An AED is a portable electronic device that is capable of delivering a shock to a cardiac arrest victim in order to help restore the electrical rhythm of the heart.  AEDs are becoming widely available in a majority of public places such as schools, malls, workplaces, fitness centers, recreational clubs, and churches to name a few.  AEDs are made for the typical bystander and are extremely easy to use by the general layperson that may happen to be at the site of a cardiac arrest emergency.  Anybody can use an AED with ease; even if a bystander has never taken a CPR class.  The AED will talk you through the entire rescue process with visual and audio prompts and guide you through the chain of survival.

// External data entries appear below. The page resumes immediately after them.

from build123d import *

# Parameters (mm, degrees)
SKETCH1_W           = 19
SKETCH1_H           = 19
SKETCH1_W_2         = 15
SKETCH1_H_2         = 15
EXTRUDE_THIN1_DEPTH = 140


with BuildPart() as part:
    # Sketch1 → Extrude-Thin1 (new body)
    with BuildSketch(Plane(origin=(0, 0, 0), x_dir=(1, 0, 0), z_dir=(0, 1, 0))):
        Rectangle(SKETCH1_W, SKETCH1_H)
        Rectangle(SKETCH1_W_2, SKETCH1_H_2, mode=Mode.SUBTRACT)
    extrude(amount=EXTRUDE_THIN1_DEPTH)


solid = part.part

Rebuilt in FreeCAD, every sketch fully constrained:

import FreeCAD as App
import Part
import Sketcher

doc = App.newDocument("Part")
body = doc.addObject("PartDesign::Body", "Body")

# Sketch on XZ plane
sketch1 = body.newObject("Sketcher::SketchObject", "Sketch")
sketch1.AttachmentSupport = (doc.getObject("XZ_Plane"), [""])
sketch1.MapMode = "FlatFace"
sketch1.addGeometry(Part.LineSegment(App.Vector(-9.5, -9.5, 0), App.Vector(-9.5, 9.5, 0)), False)
sketch1.addGeometry(Part.LineSegment(App.Vector(-9.5, 9.5, 0), App.Vector(9.5, 9.5, 0)), False)
sketch1.addGeometry(Part.LineSegment(App.Vector(9.5, 9.5, 0), App.Vector(9.5, -9.5, 0)), False)
sketch1.addGeometry(Part.LineSegment(App.Vector(9.5, -9.5, 0), App.Vector(-9.5, -9.5, 0)), False)
sketch1.addGeometry(Part.LineSegment(App.Vector(7.5, 7.5, 0), App.Vector(-7.5, 7.5, 0)), False)
sketch1.addGeometry(Part.LineSegment(App.Vector(-7.5, 7.5, 0), App.Vector(-7.5, -7.5, 0)), False)
sketch1.addGeometry(Part.LineSegment(App.Vector(-7.5, -7.5, 0), App.Vector(7.5, -7.5, 0)), False)
sketch1.addGeometry(Part.LineSegment(App.Vector(7.5, -7.5, 0), App.Vector(7.5, 7.5, 0)), False)
sketch1.addConstraint(Sketcher.Constraint("Coincident", 0, 2, 1, 1))
sketch1.addConstraint(Sketcher.Constraint("Coincident", 1, 2, 2, 1))
sketch1.addConstraint(Sketcher.Constraint("Coincident", 2, 2, 3, 1))
sketch1.addConstraint(Sketcher.Constraint("Coincident", 3, 2, 0, 1))
sketch1.addConstraint(Sketcher.Constraint("Coincident", 4, 2, 5, 1))
sketch1.addConstraint(Sketcher.Constraint("Coincident", 5, 2, 6, 1))
sketch1.addConstraint(Sketcher.Constraint("Coincident", 6, 2, 7, 1))
sketch1.addConstraint(Sketcher.Constraint("Coincident", 7, 2, 4, 1))
sketch1.addConstraint(Sketcher.Constraint("Vertical", 0))
sketch1.addConstraint(Sketcher.Constraint("Horizontal", 1))
sketch1.addConstraint(Sketcher.Constraint("Vertical", 2))
sketch1.addConstraint(Sketcher.Constraint("Horizontal", 3))
sketch1.addConstraint(Sketcher.Constraint("Horizontal", 4))
sketch1.addConstraint(Sketcher.Constraint("Vertical", 5))
sketch1.addConstraint(Sketcher.Constraint("Horizontal", 6))
sketch1.addConstraint(Sketcher.Constraint("Vertical", 7))
sketch1.addConstraint(Sketcher.Constraint("Symmetric", 0, 2, 2, 2, -1, 1))
sketch1.addConstraint(Sketcher.Constraint("Symmetric", 4, 2, 6, 2, -1, 1))
sketch1.addConstraint(Sketcher.Constraint("Equal", 3, 0))
sketch1.addConstraint(Sketcher.Constraint("Equal", 6, 5))
sketch1.addConstraint(Sketcher.Constraint("DistanceX", 1, 1, 1, 2, 19.0))
sketch1.addConstraint(Sketcher.Constraint("DistanceX", 4, 2, 4, 1, 15.0))
pad1 = body.newObject("PartDesign::Pad", "Pad")
pad1.Profile = sketch1
pad1.Length = 140
pad1.Reversed = True

doc.recompute()
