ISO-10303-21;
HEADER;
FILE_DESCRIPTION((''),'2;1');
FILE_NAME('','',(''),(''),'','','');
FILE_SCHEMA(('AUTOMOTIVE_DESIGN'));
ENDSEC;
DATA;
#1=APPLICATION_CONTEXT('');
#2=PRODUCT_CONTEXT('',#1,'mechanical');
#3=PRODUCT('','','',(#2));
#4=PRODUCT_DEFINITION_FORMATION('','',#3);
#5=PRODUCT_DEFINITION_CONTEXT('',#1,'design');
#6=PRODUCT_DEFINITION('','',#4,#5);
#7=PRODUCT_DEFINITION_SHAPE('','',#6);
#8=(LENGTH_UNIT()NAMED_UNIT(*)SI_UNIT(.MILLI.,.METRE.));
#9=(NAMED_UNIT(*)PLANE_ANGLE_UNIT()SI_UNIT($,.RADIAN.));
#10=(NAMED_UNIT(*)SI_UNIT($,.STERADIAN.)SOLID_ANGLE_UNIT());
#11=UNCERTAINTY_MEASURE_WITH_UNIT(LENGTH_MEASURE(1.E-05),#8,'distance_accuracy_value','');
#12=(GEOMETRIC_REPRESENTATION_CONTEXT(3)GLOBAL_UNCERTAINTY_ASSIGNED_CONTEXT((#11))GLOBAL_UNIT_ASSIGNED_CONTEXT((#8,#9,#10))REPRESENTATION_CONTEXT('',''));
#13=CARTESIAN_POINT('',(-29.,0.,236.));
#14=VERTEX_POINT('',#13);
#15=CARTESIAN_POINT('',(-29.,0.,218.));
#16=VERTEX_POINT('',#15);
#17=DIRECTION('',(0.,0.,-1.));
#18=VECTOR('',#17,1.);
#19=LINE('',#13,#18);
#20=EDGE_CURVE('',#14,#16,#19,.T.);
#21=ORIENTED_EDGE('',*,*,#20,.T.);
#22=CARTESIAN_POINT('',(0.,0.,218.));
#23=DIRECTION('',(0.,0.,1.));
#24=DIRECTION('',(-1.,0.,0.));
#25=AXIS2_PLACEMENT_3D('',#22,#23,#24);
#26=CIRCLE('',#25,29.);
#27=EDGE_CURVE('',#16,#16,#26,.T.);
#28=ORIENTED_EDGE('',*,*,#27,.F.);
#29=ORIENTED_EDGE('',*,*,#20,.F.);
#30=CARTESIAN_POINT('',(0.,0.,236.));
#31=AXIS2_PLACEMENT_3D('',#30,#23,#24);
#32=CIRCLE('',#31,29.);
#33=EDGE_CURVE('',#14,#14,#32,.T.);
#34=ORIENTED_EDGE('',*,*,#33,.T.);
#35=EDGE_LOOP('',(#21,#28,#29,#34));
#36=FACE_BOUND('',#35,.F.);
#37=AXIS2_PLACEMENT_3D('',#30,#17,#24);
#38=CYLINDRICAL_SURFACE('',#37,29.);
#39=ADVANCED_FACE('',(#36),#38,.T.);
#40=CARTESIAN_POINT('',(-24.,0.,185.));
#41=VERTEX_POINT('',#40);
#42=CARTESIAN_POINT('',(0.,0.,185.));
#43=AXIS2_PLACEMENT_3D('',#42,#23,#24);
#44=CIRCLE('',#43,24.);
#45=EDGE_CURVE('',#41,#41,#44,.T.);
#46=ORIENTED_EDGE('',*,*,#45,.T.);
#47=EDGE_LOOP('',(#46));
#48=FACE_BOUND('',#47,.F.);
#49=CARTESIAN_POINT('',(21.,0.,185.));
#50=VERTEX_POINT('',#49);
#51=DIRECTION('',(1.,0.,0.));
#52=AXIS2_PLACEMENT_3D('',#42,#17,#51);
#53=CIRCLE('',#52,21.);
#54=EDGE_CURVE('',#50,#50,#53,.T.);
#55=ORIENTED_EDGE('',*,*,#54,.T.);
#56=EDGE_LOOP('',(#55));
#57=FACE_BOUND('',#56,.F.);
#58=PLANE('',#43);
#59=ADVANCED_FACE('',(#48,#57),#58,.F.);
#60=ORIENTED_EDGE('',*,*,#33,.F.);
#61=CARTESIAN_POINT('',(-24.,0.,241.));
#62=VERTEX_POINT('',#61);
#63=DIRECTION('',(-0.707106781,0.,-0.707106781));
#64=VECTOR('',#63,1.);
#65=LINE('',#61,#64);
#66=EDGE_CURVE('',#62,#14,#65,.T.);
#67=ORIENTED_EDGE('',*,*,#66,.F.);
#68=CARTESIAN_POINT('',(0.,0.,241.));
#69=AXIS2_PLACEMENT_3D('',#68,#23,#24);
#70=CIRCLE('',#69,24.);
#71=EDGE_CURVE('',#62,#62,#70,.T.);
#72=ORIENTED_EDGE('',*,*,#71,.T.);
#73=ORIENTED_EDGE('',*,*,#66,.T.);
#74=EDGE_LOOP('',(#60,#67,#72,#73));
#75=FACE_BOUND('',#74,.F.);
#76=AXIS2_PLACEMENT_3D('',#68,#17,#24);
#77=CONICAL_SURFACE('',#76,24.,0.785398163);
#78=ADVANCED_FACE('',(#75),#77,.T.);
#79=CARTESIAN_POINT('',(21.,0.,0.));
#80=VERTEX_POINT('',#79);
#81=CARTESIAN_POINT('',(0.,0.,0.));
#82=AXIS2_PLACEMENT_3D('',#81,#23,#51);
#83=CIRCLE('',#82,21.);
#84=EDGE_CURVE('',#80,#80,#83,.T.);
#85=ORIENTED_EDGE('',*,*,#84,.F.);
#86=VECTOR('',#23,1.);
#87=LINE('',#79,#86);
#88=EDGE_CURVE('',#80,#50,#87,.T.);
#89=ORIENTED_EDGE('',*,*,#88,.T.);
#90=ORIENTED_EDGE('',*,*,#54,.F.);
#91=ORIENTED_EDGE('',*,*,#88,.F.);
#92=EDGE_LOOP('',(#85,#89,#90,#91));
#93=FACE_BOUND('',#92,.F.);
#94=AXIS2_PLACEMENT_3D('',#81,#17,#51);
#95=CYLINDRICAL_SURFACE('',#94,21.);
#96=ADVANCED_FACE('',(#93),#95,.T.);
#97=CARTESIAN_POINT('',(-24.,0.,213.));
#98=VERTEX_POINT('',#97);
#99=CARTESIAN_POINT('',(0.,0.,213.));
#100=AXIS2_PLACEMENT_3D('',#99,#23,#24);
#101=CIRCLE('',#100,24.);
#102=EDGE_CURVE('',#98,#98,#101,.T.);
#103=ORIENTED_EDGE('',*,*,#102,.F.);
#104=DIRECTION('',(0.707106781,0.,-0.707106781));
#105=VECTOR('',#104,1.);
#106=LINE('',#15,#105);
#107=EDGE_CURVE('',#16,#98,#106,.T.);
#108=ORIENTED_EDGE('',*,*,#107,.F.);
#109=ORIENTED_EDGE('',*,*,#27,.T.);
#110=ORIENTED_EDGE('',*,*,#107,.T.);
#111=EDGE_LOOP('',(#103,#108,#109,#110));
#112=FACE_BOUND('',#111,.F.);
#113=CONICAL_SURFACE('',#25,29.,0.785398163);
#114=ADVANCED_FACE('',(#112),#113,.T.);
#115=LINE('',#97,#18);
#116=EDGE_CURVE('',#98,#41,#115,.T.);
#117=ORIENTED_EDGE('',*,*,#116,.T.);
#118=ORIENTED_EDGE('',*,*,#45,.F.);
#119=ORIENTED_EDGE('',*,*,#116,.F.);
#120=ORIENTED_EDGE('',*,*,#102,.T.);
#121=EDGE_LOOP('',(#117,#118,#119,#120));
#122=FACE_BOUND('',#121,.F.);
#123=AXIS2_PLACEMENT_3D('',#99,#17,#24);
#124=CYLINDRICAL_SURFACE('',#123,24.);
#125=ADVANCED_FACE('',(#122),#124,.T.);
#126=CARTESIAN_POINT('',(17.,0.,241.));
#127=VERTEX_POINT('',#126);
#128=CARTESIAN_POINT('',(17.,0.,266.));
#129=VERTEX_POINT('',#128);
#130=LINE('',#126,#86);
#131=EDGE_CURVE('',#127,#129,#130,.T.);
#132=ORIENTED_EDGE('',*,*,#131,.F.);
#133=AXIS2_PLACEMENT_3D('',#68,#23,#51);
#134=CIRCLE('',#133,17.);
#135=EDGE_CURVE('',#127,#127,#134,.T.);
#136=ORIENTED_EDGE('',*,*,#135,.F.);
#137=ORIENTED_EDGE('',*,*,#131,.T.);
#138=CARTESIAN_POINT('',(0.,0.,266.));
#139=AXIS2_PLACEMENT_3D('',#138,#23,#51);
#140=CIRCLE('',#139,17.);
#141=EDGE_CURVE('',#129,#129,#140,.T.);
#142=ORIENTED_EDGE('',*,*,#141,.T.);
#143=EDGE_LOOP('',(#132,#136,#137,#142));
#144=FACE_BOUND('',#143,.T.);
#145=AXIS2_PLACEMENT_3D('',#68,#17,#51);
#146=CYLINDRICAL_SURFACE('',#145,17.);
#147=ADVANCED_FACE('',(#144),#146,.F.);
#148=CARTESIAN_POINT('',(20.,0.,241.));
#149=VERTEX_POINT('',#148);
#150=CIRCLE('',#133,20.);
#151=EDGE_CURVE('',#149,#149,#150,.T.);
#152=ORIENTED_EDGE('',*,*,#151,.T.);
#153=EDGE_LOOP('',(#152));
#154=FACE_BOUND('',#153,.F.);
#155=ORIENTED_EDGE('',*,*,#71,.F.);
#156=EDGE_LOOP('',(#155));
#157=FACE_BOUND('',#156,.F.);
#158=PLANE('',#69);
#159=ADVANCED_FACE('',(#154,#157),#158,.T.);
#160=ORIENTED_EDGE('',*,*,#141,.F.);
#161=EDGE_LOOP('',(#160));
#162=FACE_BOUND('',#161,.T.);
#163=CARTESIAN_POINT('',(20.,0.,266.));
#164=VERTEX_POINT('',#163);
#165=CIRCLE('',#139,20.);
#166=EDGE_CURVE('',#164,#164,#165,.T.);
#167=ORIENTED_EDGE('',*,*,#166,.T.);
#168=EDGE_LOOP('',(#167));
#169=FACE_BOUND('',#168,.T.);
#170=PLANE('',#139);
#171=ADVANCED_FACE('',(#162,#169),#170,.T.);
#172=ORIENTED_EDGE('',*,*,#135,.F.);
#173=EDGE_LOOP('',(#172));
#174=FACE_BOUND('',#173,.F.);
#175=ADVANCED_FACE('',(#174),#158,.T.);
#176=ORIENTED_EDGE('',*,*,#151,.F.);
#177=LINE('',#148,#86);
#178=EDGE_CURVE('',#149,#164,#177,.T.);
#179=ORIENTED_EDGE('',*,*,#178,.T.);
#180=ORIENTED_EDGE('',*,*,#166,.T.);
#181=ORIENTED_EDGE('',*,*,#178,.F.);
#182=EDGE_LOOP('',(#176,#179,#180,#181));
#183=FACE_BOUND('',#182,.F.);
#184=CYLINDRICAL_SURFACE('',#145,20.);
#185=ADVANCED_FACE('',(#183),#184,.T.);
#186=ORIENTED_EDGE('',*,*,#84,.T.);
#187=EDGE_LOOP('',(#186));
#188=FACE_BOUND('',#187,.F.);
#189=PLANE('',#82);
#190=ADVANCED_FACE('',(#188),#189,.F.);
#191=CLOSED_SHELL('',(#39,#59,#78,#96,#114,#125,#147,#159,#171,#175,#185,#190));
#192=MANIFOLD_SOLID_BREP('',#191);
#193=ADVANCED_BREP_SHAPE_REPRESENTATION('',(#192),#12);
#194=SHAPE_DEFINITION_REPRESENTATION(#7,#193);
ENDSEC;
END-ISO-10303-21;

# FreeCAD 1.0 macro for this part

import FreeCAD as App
import Part
import Sketcher

V = App.Vector


def add_polygon(sketch, points):
    """Adds a closed chain of lines whose ends are joined by coincident constraints."""
    first, n = sketch.GeometryCount, len(points)
    for a, b in zip(points, points[1:] + points[:1]):
        sketch.addGeometry(Part.LineSegment(App.Vector(*a, 0), App.Vector(*b, 0)), False)
    for i in range(n):
        sketch.addConstraint(Sketcher.Constraint("Coincident", first + i, 2, first + (i + 1) % n, 1))

doc = App.newDocument("Part")
params = doc.addObject("Spreadsheet::Sheet", "Params")
for row, (alias, value) in enumerate([
    ("sketch1_diameter", "42 mm"),
    ("pad1_length", "200 mm"),
    ("sketch2_width", "24 mm"),
    ("sketch2_height", "56 mm"),
    ("sketch2_height2", "18 mm"),
    ("sketch2_height3", "28 mm"),
    ("revolution_angle", "360 deg"),
    ("sketch3_diameter", "40 mm"),
    ("sketch3_diameter2", "34 mm"),
    ("pad2_length", "25 mm"),
], start=1):
    params.set(f"A{row}", alias)
    params.set(f"B{row}", "=" + value)
    params.setAlias(f"B{row}", alias)

body = doc.addObject("PartDesign::Body", "Body")

# Sketch on XY plane
sketch1 = doc.addObject("Sketcher::SketchObject", "Sketch")
body.addObject(sketch1)
sketch1.AttachmentSupport = (doc.XY_Plane, [""])
sketch1.MapMode = "FlatFace"
sketch1.addGeometry(Part.Circle(V(0, 0, 0), V(0, 0, 1), 21), False)
sketch1.addConstraint([
    Sketcher.Constraint("Coincident", 0, 3, -1, 1),
    Sketcher.Constraint("Diameter", 0, 42.0),
])
sketch1.setExpression("Constraints[1]", "Params.sketch1_diameter")
pad1 = doc.addObject("PartDesign::Pad", "Pad")
body.addObject(pad1)
pad1.Profile = sketch1
pad1.setExpression("Length", "Params.pad1_length")

# Sketch on XZ plane
sketch2 = doc.addObject("Sketcher::SketchObject", "Sketch001")
body.addObject(sketch2)
sketch2.AttachmentSupport = (doc.XZ_Plane, [""])
sketch2.MapMode = "FlatFace"
add_polygon(sketch2, [(-24, 185), (0, 185), (0, 241), (-24, 241), (-29, 236), (-29, 218), (-24, 213)])  # lines 0-6
sketch2.addConstraint([
    Sketcher.Constraint("Horizontal", 0),
    Sketcher.Constraint("Vertical", 1),
    Sketcher.Constraint("Horizontal", 2),
    Sketcher.Constraint("Vertical", 4),
    Sketcher.Constraint("Vertical", 6),
    Sketcher.Constraint("PointOnObject", 0, 2, -2),
    Sketcher.Constraint("Perpendicular", 3, 5),
    Sketcher.Constraint("Vertical", 2, 2, 5, 2),
    Sketcher.Constraint("Equal", 3, 5),
    Sketcher.Constraint("DistanceX", 0, 1, 0, 2, 24.0),
    Sketcher.Constraint("DistanceY", 1, 1, 1, 2, 56.0),
    Sketcher.Constraint("DistanceY", 4, 2, 4, 1, 18.0),
    Sketcher.Constraint("DistanceY", 6, 2, 6, 1, 28.0),
    Sketcher.Constraint("DistanceY", -1, 1, 0, 2, 185.0),
])
sketch2.setExpression("Constraints[16]", "Params.sketch2_width")
sketch2.setExpression("Constraints[17]", "Params.sketch2_height")
sketch2.setExpression("Constraints[18]", "Params.sketch2_height2")
sketch2.setExpression("Constraints[19]", "Params.sketch2_height3")
revolution = doc.addObject("PartDesign::Revolution", "Revolution")
body.addObject(revolution)
revolution.Profile = sketch2
revolution.ReferenceAxis = (sketch2, ["V_Axis"])
revolution.setExpression("Angle", "Params.revolution_angle")

# Sketch on XY plane
sketch3 = doc.addObject("Sketcher::SketchObject", "Sketch002")
body.addObject(sketch3)
sketch3.AttachmentSupport = (doc.XY_Plane, [""])
sketch3.MapMode = "FlatFace"
sketch3.AttachmentOffset = App.Placement(V(0, 0, 241), App.Rotation())
sketch3.addGeometry([
    Part.Circle(V(0, 0, 0), V(0, 0, 1), 20),
    Part.Circle(V(0, 0, 0), V(0, 0, 1), 17),
], False)
sketch3.addConstraint([
    Sketcher.Constraint("Coincident", 0, 3, -1, 1),
    Sketcher.Constraint("Coincident", 1, 3, -1, 1),
    Sketcher.Constraint("Diameter", 0, 40.0),
    Sketcher.Constraint("Diameter", 1, 34.0),
])
sketch3.setExpression("Constraints[2]", "Params.sketch3_diameter")
sketch3.setExpression("Constraints[3]", "Params.sketch3_diameter2")
pad2 = doc.addObject("PartDesign::Pad", "Pad001")
body.addObject(pad2)
pad2.Profile = sketch3
pad2.setExpression("Length", "Params.pad2_length")

doc.recompute()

So, just how important is high-quality CPR and an AED during a cardiac arrest rescue  Extremely important!  Research shows that the chances of survival if no care is administered before Emergency Medical Services (EMS) arrive is only 5%.  This rate increases to 9% if CPR is administered before EMS arrives.  And if you combine CPR with an AED, the survival rate spikes to 24%.
However, it is important to understand that only 50% of all sudden cardiac arrest victims will require an initial shock.  When the AED says, “No Shock Advised”, the only other option a rescuer has is to perform CPR in order to retrieve a shock-able heart rhythm.  After a cycle of CPR, the AED will reanalyze the victim and if a shock-able heart rhythm is detected, the AED will then be able to provide a shock.  This is why it is so critical for everybody to know at least the basics of CPR or at the least know how to perform hands-only CPR. Remember that doing compressions only is better than doing nothing at all!
The bottom line is that when a sudden cardiac arrest emergency occurs, bystanders need to be prepared to take action FAST by calling 9-1-1 and starting CPR, while another bystander retrieves an AED.  Your knowledge can end up saving a life.